# Problem details
Set down, please, exactly the lines below that run from the line with "#321=EDGE_LOOP('',(#320));" to the line with "#333=ORIENTED_EDGE('',*,*,#233,.T.);", both lines included.

Collected data entries
● ● ● ● ● ● ●

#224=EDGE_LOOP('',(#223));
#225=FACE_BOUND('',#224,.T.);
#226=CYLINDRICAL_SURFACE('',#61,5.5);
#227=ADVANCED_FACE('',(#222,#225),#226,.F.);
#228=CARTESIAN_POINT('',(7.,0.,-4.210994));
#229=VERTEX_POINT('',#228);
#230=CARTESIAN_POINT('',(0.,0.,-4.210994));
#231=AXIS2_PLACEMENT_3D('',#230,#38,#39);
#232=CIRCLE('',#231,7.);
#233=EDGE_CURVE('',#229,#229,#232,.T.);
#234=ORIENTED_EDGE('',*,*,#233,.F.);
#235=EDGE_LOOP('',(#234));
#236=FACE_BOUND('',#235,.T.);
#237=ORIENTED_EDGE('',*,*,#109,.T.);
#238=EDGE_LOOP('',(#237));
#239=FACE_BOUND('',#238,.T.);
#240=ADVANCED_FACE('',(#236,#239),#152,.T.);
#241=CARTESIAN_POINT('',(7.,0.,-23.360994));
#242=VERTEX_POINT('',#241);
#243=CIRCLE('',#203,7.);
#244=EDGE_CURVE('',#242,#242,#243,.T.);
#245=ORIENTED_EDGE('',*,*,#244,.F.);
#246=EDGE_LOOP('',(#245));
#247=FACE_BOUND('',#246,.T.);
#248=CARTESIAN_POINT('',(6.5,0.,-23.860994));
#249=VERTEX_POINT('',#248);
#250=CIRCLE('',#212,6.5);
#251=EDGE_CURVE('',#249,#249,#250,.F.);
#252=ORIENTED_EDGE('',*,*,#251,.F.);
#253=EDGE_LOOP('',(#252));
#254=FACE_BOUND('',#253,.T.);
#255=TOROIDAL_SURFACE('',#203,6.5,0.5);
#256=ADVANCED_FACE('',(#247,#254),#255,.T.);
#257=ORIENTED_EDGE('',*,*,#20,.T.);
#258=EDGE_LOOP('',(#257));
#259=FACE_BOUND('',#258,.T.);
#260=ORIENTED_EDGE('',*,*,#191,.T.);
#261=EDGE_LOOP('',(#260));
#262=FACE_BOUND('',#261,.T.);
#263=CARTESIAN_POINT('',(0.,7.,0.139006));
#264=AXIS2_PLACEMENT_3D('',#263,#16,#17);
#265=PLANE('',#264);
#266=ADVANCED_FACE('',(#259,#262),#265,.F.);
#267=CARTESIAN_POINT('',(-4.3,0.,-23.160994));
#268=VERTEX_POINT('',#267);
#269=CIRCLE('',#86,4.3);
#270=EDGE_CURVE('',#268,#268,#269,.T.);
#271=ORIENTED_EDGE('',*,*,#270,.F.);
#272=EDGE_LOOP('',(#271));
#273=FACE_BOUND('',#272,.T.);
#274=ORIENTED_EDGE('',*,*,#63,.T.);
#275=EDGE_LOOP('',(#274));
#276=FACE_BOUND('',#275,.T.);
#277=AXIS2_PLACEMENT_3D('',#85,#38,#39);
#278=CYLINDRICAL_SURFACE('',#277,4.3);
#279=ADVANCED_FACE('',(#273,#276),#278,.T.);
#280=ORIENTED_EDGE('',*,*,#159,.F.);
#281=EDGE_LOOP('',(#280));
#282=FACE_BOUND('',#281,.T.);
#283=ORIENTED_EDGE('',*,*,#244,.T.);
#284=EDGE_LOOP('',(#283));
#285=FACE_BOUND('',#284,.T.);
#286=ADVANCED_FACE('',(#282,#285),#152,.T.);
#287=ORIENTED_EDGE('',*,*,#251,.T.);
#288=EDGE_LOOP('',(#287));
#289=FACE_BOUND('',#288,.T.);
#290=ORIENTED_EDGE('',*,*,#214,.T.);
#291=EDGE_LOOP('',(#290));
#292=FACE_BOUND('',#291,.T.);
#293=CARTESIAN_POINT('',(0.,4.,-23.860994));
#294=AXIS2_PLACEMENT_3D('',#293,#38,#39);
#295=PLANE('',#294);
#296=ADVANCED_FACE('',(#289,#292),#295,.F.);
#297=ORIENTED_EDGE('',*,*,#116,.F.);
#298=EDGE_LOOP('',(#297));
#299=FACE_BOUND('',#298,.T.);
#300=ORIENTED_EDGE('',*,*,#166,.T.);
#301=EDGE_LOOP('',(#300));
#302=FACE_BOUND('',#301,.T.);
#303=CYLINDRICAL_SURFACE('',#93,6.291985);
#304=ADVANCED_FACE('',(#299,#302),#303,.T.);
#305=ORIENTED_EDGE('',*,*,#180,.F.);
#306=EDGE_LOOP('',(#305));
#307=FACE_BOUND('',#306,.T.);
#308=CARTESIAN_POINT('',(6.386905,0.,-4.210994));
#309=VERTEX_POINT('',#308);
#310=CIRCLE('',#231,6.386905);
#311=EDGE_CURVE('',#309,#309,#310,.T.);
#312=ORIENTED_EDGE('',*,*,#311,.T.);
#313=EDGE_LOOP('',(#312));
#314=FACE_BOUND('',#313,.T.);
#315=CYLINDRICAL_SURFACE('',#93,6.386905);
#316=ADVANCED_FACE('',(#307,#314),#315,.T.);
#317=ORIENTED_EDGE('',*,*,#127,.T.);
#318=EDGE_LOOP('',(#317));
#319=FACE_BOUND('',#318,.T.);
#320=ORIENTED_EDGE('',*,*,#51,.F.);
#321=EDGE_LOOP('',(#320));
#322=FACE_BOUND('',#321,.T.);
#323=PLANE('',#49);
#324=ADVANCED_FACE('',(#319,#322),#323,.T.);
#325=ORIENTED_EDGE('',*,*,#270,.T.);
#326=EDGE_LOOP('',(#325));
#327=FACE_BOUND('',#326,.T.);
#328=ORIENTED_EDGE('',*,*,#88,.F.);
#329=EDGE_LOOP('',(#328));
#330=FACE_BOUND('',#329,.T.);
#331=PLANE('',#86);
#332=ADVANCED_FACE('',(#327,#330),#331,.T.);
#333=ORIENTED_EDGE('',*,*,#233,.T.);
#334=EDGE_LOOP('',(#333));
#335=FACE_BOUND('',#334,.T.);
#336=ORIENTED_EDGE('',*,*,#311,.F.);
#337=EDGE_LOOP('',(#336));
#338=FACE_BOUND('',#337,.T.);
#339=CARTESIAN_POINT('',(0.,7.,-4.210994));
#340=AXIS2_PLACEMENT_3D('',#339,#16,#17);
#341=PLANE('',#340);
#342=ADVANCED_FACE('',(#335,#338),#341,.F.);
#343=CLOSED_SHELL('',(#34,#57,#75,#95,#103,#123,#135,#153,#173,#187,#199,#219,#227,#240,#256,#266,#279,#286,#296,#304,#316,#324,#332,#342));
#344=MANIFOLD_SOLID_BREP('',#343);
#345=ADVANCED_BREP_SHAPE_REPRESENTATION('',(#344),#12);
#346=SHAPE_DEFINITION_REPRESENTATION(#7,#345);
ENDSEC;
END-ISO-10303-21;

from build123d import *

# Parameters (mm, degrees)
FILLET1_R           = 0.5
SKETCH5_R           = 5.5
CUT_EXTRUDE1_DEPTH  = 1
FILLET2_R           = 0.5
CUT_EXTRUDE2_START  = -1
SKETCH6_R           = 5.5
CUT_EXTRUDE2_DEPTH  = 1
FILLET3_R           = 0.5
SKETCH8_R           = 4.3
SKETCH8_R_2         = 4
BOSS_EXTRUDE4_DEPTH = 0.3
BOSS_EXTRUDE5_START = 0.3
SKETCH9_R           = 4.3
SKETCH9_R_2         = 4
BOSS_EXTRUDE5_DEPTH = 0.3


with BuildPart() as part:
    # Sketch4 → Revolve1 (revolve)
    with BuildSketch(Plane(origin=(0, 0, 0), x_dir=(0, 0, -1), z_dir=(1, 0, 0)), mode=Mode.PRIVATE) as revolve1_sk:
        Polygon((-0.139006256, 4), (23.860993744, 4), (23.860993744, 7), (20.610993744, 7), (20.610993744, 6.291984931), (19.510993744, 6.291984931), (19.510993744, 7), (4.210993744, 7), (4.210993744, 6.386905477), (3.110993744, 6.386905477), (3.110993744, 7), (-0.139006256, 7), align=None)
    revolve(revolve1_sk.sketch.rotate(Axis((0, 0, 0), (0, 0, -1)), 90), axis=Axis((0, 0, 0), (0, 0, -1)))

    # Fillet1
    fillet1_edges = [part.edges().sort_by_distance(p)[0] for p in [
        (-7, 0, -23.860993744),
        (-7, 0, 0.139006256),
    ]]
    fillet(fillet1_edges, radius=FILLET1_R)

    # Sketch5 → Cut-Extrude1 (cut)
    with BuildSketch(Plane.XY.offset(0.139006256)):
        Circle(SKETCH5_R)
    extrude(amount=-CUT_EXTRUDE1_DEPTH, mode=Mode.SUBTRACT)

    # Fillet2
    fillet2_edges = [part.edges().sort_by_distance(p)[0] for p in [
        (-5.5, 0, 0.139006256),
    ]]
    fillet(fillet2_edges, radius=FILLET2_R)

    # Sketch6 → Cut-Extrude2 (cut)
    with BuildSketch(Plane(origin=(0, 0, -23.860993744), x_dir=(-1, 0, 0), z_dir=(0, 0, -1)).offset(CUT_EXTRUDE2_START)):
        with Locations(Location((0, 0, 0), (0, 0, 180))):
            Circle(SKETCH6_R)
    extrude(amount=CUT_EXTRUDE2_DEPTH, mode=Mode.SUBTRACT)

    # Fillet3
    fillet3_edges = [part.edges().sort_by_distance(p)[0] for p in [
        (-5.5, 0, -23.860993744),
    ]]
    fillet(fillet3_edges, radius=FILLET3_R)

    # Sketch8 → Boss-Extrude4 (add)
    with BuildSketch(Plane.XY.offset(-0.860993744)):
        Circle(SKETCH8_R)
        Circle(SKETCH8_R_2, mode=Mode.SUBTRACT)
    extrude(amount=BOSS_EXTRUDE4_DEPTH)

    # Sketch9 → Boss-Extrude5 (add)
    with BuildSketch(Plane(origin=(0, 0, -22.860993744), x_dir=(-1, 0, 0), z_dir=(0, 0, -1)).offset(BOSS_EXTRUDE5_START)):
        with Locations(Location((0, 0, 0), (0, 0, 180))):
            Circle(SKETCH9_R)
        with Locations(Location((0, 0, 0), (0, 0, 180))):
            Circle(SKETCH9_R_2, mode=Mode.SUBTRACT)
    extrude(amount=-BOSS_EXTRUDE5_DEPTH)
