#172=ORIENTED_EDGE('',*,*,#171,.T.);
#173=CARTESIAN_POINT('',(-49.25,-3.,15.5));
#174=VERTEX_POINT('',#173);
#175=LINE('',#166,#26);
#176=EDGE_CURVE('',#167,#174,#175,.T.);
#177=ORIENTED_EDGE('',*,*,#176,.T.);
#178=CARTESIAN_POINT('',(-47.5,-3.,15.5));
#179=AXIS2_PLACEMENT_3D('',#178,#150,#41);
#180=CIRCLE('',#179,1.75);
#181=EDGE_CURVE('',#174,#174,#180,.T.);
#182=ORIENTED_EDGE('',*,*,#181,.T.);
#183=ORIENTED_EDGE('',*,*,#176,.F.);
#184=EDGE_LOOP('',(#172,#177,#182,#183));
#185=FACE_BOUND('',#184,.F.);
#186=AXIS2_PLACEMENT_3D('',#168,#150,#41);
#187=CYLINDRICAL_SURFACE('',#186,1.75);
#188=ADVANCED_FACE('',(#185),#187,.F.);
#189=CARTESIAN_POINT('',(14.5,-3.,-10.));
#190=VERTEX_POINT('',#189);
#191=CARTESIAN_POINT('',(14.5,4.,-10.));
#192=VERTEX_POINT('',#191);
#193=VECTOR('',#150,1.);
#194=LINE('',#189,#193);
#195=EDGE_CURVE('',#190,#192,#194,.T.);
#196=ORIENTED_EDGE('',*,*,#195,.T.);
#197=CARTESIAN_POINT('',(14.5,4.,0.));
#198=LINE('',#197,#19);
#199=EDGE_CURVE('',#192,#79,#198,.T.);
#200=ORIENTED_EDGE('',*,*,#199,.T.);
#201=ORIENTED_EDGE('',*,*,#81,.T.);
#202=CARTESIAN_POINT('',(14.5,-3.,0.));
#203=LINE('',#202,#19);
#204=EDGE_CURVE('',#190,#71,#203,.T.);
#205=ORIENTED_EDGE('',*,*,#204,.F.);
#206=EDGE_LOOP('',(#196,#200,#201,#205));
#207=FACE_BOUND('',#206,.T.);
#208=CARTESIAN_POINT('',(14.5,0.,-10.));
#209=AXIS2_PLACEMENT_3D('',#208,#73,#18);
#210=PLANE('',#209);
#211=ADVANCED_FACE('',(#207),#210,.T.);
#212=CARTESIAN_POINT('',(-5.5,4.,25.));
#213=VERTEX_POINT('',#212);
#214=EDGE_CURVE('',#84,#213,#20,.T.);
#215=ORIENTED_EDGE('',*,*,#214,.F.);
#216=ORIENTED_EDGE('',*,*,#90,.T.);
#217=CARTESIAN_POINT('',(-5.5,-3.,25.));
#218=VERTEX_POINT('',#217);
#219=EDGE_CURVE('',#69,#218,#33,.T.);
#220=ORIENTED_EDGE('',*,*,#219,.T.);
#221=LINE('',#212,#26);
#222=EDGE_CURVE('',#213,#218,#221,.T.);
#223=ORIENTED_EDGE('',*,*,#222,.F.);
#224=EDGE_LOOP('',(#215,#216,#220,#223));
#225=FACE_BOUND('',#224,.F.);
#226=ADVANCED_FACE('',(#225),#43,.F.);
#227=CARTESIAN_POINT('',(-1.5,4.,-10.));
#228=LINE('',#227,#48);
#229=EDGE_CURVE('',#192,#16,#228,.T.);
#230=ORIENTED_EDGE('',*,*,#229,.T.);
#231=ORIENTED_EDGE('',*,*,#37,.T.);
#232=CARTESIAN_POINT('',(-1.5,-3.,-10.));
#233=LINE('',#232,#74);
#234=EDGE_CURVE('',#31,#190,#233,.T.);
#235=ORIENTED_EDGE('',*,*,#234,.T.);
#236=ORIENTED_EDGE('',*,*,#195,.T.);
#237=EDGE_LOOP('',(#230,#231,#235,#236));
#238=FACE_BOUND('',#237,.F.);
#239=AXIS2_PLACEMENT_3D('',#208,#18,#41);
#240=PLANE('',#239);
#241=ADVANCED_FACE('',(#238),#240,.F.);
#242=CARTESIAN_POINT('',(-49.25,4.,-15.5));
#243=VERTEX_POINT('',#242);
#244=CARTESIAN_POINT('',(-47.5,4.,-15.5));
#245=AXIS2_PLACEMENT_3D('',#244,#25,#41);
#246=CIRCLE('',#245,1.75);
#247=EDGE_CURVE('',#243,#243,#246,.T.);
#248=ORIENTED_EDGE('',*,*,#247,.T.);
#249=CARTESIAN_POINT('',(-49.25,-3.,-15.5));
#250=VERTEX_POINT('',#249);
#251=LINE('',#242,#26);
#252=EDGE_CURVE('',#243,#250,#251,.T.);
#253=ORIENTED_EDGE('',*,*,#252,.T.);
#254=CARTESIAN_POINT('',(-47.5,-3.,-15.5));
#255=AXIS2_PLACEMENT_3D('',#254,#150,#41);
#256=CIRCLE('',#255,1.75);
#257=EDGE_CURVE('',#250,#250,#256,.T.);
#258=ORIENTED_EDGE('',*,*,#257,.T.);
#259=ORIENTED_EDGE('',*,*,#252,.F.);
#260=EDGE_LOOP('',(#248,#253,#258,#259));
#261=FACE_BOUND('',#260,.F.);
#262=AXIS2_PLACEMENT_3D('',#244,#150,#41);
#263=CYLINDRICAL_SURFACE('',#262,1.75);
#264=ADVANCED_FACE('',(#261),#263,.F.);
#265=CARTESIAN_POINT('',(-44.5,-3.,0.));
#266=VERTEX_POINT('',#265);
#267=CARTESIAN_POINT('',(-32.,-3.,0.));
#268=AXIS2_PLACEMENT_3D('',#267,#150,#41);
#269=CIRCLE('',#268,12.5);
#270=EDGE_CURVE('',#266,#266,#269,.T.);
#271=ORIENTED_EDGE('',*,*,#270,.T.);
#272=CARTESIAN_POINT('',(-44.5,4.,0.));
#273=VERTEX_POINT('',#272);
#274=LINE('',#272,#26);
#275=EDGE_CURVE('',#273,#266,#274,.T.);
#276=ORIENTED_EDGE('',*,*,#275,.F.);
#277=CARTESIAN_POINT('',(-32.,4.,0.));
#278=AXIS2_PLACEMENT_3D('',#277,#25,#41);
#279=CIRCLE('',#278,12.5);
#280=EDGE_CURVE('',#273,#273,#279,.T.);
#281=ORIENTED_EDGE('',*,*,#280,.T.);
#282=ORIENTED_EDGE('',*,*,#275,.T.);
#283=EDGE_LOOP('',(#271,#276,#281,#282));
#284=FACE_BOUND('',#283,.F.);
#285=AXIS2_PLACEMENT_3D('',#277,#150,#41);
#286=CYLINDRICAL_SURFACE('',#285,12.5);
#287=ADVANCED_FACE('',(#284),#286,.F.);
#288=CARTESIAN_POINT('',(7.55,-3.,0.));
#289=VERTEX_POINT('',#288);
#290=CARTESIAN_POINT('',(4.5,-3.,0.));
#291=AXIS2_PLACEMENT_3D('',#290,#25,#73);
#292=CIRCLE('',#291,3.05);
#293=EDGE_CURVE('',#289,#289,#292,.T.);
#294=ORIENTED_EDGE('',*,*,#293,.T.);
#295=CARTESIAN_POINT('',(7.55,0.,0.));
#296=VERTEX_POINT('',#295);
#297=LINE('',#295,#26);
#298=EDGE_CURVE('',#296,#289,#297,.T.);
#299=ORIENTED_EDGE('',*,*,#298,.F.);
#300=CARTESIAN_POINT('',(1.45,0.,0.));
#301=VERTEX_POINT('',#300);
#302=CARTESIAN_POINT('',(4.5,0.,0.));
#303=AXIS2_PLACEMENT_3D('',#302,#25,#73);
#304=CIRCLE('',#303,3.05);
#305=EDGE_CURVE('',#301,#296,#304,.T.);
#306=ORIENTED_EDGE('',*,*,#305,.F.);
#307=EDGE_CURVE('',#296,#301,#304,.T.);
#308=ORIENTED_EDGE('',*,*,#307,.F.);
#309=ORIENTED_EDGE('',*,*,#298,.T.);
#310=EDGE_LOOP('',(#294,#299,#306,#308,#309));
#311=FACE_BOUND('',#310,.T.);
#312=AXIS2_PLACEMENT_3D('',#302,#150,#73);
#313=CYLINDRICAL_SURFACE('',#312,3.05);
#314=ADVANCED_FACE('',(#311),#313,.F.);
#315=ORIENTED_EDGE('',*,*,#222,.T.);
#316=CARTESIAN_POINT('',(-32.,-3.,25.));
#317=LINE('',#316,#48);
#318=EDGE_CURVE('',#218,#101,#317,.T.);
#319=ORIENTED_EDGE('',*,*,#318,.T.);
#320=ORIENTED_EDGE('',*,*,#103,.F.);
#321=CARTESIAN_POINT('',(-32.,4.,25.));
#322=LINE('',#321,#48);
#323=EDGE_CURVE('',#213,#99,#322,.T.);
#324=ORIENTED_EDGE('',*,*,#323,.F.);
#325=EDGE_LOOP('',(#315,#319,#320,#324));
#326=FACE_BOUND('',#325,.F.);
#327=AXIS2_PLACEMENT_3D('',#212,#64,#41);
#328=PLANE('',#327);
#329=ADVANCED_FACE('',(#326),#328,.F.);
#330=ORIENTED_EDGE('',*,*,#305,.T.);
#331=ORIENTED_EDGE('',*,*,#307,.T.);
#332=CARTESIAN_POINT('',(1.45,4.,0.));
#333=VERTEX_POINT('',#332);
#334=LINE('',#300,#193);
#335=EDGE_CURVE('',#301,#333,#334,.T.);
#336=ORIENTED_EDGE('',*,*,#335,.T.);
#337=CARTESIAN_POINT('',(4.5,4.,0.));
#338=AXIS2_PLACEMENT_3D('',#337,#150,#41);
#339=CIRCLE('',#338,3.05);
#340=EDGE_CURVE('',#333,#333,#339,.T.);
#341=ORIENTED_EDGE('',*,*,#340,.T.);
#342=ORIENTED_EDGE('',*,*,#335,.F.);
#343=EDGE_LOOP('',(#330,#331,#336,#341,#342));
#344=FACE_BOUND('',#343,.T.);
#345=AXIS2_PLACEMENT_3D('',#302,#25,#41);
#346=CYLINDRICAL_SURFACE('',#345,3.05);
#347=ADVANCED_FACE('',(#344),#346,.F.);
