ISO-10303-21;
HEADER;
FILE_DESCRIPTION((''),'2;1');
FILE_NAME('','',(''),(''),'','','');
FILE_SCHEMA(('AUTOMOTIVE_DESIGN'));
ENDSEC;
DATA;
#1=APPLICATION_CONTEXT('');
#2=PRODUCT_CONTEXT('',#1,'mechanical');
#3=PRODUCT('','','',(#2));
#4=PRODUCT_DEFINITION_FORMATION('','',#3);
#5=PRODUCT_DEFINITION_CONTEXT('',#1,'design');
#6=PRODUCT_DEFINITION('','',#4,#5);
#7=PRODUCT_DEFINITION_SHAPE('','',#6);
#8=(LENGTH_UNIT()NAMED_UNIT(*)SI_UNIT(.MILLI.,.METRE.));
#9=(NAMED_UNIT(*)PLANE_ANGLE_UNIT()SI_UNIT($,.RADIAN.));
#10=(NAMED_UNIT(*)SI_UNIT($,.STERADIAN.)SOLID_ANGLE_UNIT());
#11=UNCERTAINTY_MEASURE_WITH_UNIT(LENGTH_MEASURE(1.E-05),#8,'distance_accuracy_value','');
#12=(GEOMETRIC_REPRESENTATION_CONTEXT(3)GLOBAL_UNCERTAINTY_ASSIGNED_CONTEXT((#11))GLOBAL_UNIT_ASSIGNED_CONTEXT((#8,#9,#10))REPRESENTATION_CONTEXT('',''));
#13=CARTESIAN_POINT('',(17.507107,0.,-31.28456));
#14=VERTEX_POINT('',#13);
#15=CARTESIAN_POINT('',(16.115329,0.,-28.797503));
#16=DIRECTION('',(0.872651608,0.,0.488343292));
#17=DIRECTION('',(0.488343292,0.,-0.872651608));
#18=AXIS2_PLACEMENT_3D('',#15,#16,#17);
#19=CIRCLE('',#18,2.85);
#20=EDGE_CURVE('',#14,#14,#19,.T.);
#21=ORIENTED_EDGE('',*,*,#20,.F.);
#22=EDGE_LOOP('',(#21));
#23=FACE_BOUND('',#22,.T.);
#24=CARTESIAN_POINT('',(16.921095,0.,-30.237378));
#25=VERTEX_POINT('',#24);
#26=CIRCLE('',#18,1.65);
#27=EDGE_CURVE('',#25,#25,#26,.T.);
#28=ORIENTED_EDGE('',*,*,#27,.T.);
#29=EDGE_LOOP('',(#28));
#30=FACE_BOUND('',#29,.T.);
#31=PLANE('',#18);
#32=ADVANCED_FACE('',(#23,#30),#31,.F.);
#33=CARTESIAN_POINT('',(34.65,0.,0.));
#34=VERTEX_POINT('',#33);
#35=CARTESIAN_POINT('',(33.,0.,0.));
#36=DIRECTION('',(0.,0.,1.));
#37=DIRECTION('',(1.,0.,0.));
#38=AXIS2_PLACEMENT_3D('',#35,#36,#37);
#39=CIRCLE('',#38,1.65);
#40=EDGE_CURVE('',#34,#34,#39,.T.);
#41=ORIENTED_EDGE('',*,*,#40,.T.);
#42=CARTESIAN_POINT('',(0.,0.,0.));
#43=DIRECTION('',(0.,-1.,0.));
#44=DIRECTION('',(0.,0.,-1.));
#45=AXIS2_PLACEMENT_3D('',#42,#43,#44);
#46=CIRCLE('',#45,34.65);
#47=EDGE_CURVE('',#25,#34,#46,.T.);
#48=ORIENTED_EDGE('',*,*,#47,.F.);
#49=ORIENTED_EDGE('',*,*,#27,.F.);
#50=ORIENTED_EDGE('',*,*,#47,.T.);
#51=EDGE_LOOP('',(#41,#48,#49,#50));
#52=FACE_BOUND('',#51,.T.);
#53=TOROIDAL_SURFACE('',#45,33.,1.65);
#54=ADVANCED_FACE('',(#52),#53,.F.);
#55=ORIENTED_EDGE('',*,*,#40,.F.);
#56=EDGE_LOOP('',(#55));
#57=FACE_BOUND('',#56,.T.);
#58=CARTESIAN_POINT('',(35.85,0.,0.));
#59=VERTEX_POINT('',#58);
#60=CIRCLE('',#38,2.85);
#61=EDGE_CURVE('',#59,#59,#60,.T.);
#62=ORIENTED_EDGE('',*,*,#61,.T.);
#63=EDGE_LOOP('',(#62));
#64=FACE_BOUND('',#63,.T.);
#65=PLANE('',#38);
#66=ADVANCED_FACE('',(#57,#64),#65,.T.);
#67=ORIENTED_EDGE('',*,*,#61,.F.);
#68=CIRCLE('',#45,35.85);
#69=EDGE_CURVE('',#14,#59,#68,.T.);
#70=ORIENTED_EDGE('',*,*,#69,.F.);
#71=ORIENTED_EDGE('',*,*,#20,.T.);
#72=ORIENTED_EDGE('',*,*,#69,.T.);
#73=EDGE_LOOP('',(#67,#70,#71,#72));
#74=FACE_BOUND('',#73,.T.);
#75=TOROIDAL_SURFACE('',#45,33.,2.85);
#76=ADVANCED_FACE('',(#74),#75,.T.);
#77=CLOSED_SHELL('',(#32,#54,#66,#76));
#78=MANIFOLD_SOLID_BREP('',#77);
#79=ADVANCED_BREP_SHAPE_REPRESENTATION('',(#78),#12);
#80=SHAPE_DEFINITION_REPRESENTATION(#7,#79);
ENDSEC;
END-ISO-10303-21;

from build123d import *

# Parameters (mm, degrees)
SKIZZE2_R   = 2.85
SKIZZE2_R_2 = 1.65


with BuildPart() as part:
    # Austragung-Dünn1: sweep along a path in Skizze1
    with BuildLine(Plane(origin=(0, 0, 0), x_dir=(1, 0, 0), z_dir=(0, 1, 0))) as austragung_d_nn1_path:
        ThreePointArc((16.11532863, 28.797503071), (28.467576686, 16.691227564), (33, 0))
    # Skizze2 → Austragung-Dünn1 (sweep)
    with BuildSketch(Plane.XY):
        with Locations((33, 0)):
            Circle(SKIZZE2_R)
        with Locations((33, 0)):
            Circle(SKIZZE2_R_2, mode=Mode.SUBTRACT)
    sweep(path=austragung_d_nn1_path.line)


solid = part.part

● ● ● ● ● ● ●

# Solution for this task
#321=EDGE_LOOP('',(#320));
#322=FACE_BOUND('',#321,.T.);
#323=PLANE('',#49);
#324=ADVANCED_FACE('',(#319,#322),#323,.T.);
#325=ORIENTED_EDGE('',*,*,#270,.T.);
#326=EDGE_LOOP('',(#325));
#327=FACE_BOUND('',#326,.T.);
#328=ORIENTED_EDGE('',*,*,#88,.F.);
#329=EDGE_LOOP('',(#328));
#330=FACE_BOUND('',#329,.T.);
#331=PLANE('',#86);
#332=ADVANCED_FACE('',(#327,#330),#331,.T.);
#333=ORIENTED_EDGE('',*,*,#233,.T.);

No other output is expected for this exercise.